Incidentally, it was also José Martín-Artajo who, entirely out of his own salary and savings, generously, selflessly (and quietly), funded and maintained Miguel García García’s famous hostelry and international anarchist social centre, the Bar La Fragua in Barcelona’s carrer Cadena.
In those early post-Francoist years, Artajo’s connections with the so-called ‘Apaches’ of the CNT and the international activists of the movement made him vulnerable to provocations, one of which was an unsuccessful attempt by Antonio Navarro, a police agent infiltrated into the FAI (Iberian Anarchist Federation) to implicate him in an arms-smuggling operation.
The first time I returned to Spain, in 1981, with my 3-year-old daughter Branwen, Pepe was waiting for us with his diplomatic credential at the airport arrivals lounge – just in case the police decided to detain me. Fortunately they didn’t
In 1984 Spain’s first socialist government wanted him out of the way and sent him off as cultural attaché to their embassy in Caracas and later, in 1990, to Brasilia. It was a difficult decision for him to accept the posting, which he did only after lengthy discussions with close comrades, including Luis Andrés Edo and Octavio Alberola, who appreciated how useful he could be to the movement in such a position. However, once installed in the Caracas embassy he became an important conduit and helped at least 5 wanted comrades escape to safety in South America.
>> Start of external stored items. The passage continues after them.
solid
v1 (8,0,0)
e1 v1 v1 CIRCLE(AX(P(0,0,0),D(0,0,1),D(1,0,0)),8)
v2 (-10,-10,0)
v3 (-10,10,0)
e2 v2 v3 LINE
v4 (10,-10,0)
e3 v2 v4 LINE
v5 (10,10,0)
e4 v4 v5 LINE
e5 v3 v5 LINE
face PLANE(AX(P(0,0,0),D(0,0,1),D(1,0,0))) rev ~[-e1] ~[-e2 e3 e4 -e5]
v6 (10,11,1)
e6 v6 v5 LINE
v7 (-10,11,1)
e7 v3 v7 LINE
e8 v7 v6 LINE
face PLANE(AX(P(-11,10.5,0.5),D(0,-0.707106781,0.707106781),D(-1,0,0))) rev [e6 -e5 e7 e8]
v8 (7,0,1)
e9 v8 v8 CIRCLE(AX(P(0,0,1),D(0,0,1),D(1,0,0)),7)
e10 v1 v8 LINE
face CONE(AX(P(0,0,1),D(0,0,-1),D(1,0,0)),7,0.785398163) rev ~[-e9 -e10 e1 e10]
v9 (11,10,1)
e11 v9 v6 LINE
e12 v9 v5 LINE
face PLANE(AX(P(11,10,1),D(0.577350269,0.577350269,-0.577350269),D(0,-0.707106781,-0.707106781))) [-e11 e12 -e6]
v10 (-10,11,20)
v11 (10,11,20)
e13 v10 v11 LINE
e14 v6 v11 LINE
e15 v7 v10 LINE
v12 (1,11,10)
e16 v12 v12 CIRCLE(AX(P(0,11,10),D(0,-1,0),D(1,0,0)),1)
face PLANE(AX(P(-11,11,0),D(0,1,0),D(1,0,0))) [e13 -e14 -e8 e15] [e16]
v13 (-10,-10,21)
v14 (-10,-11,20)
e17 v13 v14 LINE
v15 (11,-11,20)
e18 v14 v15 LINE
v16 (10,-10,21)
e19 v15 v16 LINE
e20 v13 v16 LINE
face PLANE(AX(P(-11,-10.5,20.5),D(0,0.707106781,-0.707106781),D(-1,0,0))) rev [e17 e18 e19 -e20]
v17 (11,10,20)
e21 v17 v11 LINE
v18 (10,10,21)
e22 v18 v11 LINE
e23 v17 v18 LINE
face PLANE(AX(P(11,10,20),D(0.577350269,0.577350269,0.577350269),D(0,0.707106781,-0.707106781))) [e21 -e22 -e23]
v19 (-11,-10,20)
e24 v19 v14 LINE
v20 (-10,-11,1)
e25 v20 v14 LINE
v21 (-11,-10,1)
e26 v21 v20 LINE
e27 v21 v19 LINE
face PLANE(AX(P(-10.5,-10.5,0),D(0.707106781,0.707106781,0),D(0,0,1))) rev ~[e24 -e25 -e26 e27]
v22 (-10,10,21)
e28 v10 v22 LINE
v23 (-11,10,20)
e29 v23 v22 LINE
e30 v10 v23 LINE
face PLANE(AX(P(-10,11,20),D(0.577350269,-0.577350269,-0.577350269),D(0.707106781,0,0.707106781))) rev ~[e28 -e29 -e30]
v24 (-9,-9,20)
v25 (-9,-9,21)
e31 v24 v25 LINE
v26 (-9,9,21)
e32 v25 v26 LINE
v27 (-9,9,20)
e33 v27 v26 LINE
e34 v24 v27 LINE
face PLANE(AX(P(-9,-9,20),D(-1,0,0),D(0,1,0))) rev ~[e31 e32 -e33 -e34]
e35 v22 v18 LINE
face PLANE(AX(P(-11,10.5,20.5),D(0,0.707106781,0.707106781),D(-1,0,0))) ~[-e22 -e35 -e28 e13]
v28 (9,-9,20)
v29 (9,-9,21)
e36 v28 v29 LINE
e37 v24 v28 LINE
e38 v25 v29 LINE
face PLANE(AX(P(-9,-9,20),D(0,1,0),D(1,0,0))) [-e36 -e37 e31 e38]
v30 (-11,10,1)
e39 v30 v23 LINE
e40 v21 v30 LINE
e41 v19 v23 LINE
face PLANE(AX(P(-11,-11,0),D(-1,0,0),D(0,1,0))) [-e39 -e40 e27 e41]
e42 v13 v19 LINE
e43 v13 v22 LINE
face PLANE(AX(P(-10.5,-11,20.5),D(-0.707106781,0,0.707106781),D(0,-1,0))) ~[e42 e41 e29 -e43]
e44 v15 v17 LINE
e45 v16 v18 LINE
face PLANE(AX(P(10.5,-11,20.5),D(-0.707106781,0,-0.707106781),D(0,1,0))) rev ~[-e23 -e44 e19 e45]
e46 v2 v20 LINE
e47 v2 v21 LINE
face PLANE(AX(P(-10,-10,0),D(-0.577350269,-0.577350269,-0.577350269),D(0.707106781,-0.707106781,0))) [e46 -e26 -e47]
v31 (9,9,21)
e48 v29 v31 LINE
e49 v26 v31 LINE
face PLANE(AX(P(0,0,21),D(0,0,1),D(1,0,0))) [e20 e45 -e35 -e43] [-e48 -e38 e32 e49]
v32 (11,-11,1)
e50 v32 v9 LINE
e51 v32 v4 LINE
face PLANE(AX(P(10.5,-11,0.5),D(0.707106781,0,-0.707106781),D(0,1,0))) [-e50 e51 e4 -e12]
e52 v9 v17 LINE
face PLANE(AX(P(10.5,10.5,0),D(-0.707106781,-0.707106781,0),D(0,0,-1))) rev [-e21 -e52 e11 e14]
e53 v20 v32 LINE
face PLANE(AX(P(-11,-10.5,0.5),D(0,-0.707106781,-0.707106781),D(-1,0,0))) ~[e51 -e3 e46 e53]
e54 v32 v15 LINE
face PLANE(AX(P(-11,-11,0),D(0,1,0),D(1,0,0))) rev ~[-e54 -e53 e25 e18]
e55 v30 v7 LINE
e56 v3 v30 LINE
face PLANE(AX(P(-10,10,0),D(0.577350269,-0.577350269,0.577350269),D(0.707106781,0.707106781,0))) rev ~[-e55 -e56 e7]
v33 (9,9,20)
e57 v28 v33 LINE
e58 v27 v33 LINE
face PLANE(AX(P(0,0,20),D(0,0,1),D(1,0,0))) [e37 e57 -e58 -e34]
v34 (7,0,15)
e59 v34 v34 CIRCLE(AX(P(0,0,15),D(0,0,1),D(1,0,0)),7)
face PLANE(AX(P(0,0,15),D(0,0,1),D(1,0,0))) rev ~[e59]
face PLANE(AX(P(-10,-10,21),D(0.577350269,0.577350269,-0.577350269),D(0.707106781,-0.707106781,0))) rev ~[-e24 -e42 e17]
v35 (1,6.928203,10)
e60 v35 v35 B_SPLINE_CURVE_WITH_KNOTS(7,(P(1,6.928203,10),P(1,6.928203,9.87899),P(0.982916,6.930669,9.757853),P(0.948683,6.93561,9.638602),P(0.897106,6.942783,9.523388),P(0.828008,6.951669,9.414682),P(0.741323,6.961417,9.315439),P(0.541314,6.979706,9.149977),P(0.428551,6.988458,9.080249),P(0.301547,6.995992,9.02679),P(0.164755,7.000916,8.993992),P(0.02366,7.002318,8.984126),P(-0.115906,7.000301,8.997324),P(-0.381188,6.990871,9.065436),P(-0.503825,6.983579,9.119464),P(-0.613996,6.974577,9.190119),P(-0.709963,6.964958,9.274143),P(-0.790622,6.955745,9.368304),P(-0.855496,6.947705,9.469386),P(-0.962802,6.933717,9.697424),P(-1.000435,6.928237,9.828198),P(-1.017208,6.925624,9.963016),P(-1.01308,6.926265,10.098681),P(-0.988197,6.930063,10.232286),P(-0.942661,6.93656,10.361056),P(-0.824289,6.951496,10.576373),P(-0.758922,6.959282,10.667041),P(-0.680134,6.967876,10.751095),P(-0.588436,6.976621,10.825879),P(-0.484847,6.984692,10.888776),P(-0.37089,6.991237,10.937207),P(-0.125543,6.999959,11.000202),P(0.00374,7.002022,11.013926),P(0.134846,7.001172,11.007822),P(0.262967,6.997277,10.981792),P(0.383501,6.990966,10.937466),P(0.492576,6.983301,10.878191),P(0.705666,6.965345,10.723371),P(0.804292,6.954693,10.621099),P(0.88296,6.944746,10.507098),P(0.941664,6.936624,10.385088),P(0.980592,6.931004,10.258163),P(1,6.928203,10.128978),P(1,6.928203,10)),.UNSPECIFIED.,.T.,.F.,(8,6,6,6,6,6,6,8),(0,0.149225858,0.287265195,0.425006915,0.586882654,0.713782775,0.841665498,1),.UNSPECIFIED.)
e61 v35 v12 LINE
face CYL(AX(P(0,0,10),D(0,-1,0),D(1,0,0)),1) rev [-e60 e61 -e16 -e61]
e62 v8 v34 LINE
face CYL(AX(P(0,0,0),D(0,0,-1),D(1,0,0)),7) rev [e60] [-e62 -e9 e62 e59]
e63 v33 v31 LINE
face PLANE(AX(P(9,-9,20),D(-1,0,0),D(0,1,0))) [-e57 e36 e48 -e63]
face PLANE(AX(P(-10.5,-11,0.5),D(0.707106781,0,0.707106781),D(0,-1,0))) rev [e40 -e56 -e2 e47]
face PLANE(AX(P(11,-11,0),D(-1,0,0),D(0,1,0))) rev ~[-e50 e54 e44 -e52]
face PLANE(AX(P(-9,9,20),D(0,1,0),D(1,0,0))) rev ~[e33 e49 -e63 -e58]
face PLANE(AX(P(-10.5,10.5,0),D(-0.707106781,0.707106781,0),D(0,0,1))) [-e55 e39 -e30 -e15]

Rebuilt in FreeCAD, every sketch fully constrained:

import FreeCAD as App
import Part
import Sketcher
Q = App.Units.Quantity


def edges_at(feature, points):
    """Names of the edges that pass closest to the given points."""
    edges = feature.Shape.Edges
    near = lambda p: min(range(len(edges)), key=lambda i: edges[i].distToShape(Part.Vertex(*p))[0])
    return sorted({f"Edge{near(p) + 1}" for p in points})

doc = App.newDocument("Part")
body = doc.addObject("PartDesign::Body", "Body")

sketch1 = doc.addObject("Sketcher::SketchObject", "Sketch")
body.addObject(sketch1)
sketch1.AttachmentSupport = (doc.XZ_Plane, [""])
sketch1.MapMode = "FlatFace"
sketch1.addGeometry(Part.Circle(App.Vector(0, 10, 0), App.Vector(0, 0, 1), 1), False)
sketch1.addConstraint([
    Sketcher.Constraint("PointOnObject", 0, 3, -2),
    Sketcher.Constraint("Diameter", 0, Q("2 mm")),
    Sketcher.Constraint("DistanceY", -1, 1, 0, 3, Q("10 mm")),
])
pad1 = doc.addObject("PartDesign::Pad", "Pad")
body.addObject(pad1)
pad1.Profile = sketch1
pad1.Length = 28
pad1.Reversed = True
body2 = doc.addObject("PartDesign::Body", "Body001")

sketch2 = doc.addObject("Sketcher::SketchObject", "Sketch001")
body2.addObject(sketch2)
sketch2.AttachmentSupport = (doc.getObject("XY_Plane001"), [""])
sketch2.MapMode = "FlatFace"
sketch2.addGeometry(Part.Circle(App.Vector(0, 0, 0), App.Vector(0, 0, 1), 7), False)
sketch2.addConstraint([
    Sketcher.Constraint("Coincident", 0, 3, -1, 1),
    Sketcher.Constraint("Diameter", 0, Q("14 mm")),
])
pad2 = doc.addObject("PartDesign::Pad", "Pad001")
body2.addObject(pad2)
pad2.Profile = sketch2
pad2.Length = 15
body3 = doc.addObject("PartDesign::Body", "Body002")

sketch3 = doc.addObject("Sketcher::SketchObject", "Sketch002")
body3.addObject(sketch3)
sketch3.AttachmentSupport = (doc.getObject("XY_Plane002"), [""])
sketch3.MapMode = "FlatFace"
sketch3.AttachmentOffset = App.Placement(App.Vector(0, 0, 20), App.Rotation())
sketch3.addGeometry([
    Part.LineSegment(App.Vector(2, 20, 0), App.Vector(2, 2, 0)),
    Part.LineSegment(App.Vector(2, 2, 0), App.Vector(20, 2, 0)),
    Part.LineSegment(App.Vector(20, 2, 0), App.Vector(20, 20, 0)),
    Part.LineSegment(App.Vector(20, 20, 0), App.Vector(2, 20, 0)),
], False)
sketch3.addConstraint([
    Sketcher.Constraint("Coincident", 0, 2, 1, 1),
    Sketcher.Constraint("Coincident", 1, 2, 2, 1),
    Sketcher.Constraint("Coincident", 2, 2, 3, 1),
    Sketcher.Constraint("Coincident", 3, 2, 0, 1),
    Sketcher.Constraint("Vertical", 0),
    Sketcher.Constraint("Horizontal", 1),
    Sketcher.Constraint("Vertical", 2),
    Sketcher.Constraint("Horizontal", 3),
    Sketcher.Constraint("Equal", 3, 0),
    Sketcher.Constraint("DistanceX", 1, 1, 1, 2, Q("18 mm")),
    Sketcher.Constraint("DistanceX", -1, 1, 0, 2, Q("2 mm")),
    Sketcher.Constraint("DistanceY", -1, 1, 0, 2, Q("2 mm")),
])
pad3 = doc.addObject("PartDesign::Pad", "Pad002")
body3.addObject(pad3)
pad3.Profile = sketch3
pad3.Length = 1
body4 = doc.addObject("PartDesign::Body", "Body003")

sketch4 = doc.addObject("Sketcher::SketchObject", "Sketch003")
body4.addObject(sketch4)
sketch4.AttachmentSupport = (doc.getObject("XY_Plane003"), [""])
sketch4.MapMode = "FlatFace"
sketch4.addGeometry([
    Part.LineSegment(App.Vector(0, 22, 0), App.Vector(0, 0, 0)),
    Part.LineSegment(App.Vector(0, 0, 0), App.Vector(22, 0, 0)),
    Part.LineSegment(App.Vector(22, 0, 0), App.Vector(22, 22, 0)),
    Part.LineSegment(App.Vector(22, 22, 0), App.Vector(0, 22, 0)),
], False)
sketch4.addConstraint([
    Sketcher.Constraint("Coincident", 0, 2, 1, 1),
    Sketcher.Constraint("Coincident", 1, 2, 2, 1),
    Sketcher.Constraint("Coincident", 2, 2, 3, 1),
    Sketcher.Constraint("Coincident", 3, 2, 0, 1),
    Sketcher.Constraint("Vertical", 0),
    Sketcher.Constraint("Horizontal", 1),
    Sketcher.Constraint("Vertical", 2),
    Sketcher.Constraint("Horizontal", 3),
    Sketcher.Constraint("Coincident", 0, 2, -1, 1),
    Sketcher.Constraint("Equal", 3, 0),
    Sketcher.Constraint("DistanceX", 1, 1, 1, 2, Q("22 mm")),
])
pad4 = doc.addObject("PartDesign::Pad", "Pad003")
body4.addObject(pad4)
pad4.Profile = sketch4
pad4.Length = 21
doc.recompute()

boolean = doc.addObject("PartDesign::Boolean", "Boolean")
body4.addObject(boolean)
boolean.Type = "Cut"
boolean.addObjects([body3])
body5 = doc.addObject("PartDesign::Body", "Body004")
doc.recompute()

body4.Placement = App.Placement(App.Vector(-11, -11, 0), App.Rotation(App.Vector(0, 0, 1), 0))
boolean2 = doc.addObject("PartDesign::Boolean", "Boolean001")
body5.addObject(boolean2)
boolean2.Type = "Fuse"
boolean2.addObjects([body4])
doc.recompute()

boolean3 = doc.addObject("PartDesign::Boolean", "Boolean002")
body5.addObject(boolean3)
boolean3.Type = "Cut"
boolean3.addObjects([body2])
doc.recompute()

boolean4 = doc.addObject("PartDesign::Boolean", "Boolean003")
body5.addObject(boolean4)
boolean4.Type = "Cut"
boolean4.addObjects([body])
doc.recompute()

chamfer = doc.addObject("PartDesign::Chamfer", "Chamfer")
body5.addObject(chamfer)
chamfer.Base = (boolean4, edges_at(boolean4, [
    (-11, -11, 10.5),
    (-11, 0, 21),
    (-11, 11, 10.5),
    (-11, 0, 0),
    (0, -11, 0),
    (0, -11, 21),
    (0, 11, 21),
    (11, 0, 21),
    (0, 11, 0),
    (11, 11, 10.5),
    (11, 0, 0),
    (-7, 0, 0),
]))
chamfer.Size = 1

doc.recompute()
They entered the country through Colombia, which at the time required only a ‘weekend-pass’, where José Martín-Artajo arranged for the pass to be changed to a visa, which allowed them to move on, with the help of comrades, and establish themselves in Brazil, Bolivia or Nicaragua.
José Martín-Artajo spent the later years of his life in Massanes, Gerona (with his second wife, Marisa Ares, and his son Josta, born in 1992) writing and translating Chinese literature and poetry into Spanish. He has left many unpublished manuscripts. He also has a daughter, Iris, by his first wife, Christa von Petersdorff.
Throughout this time he worked closely with Edo, who was with him when he died.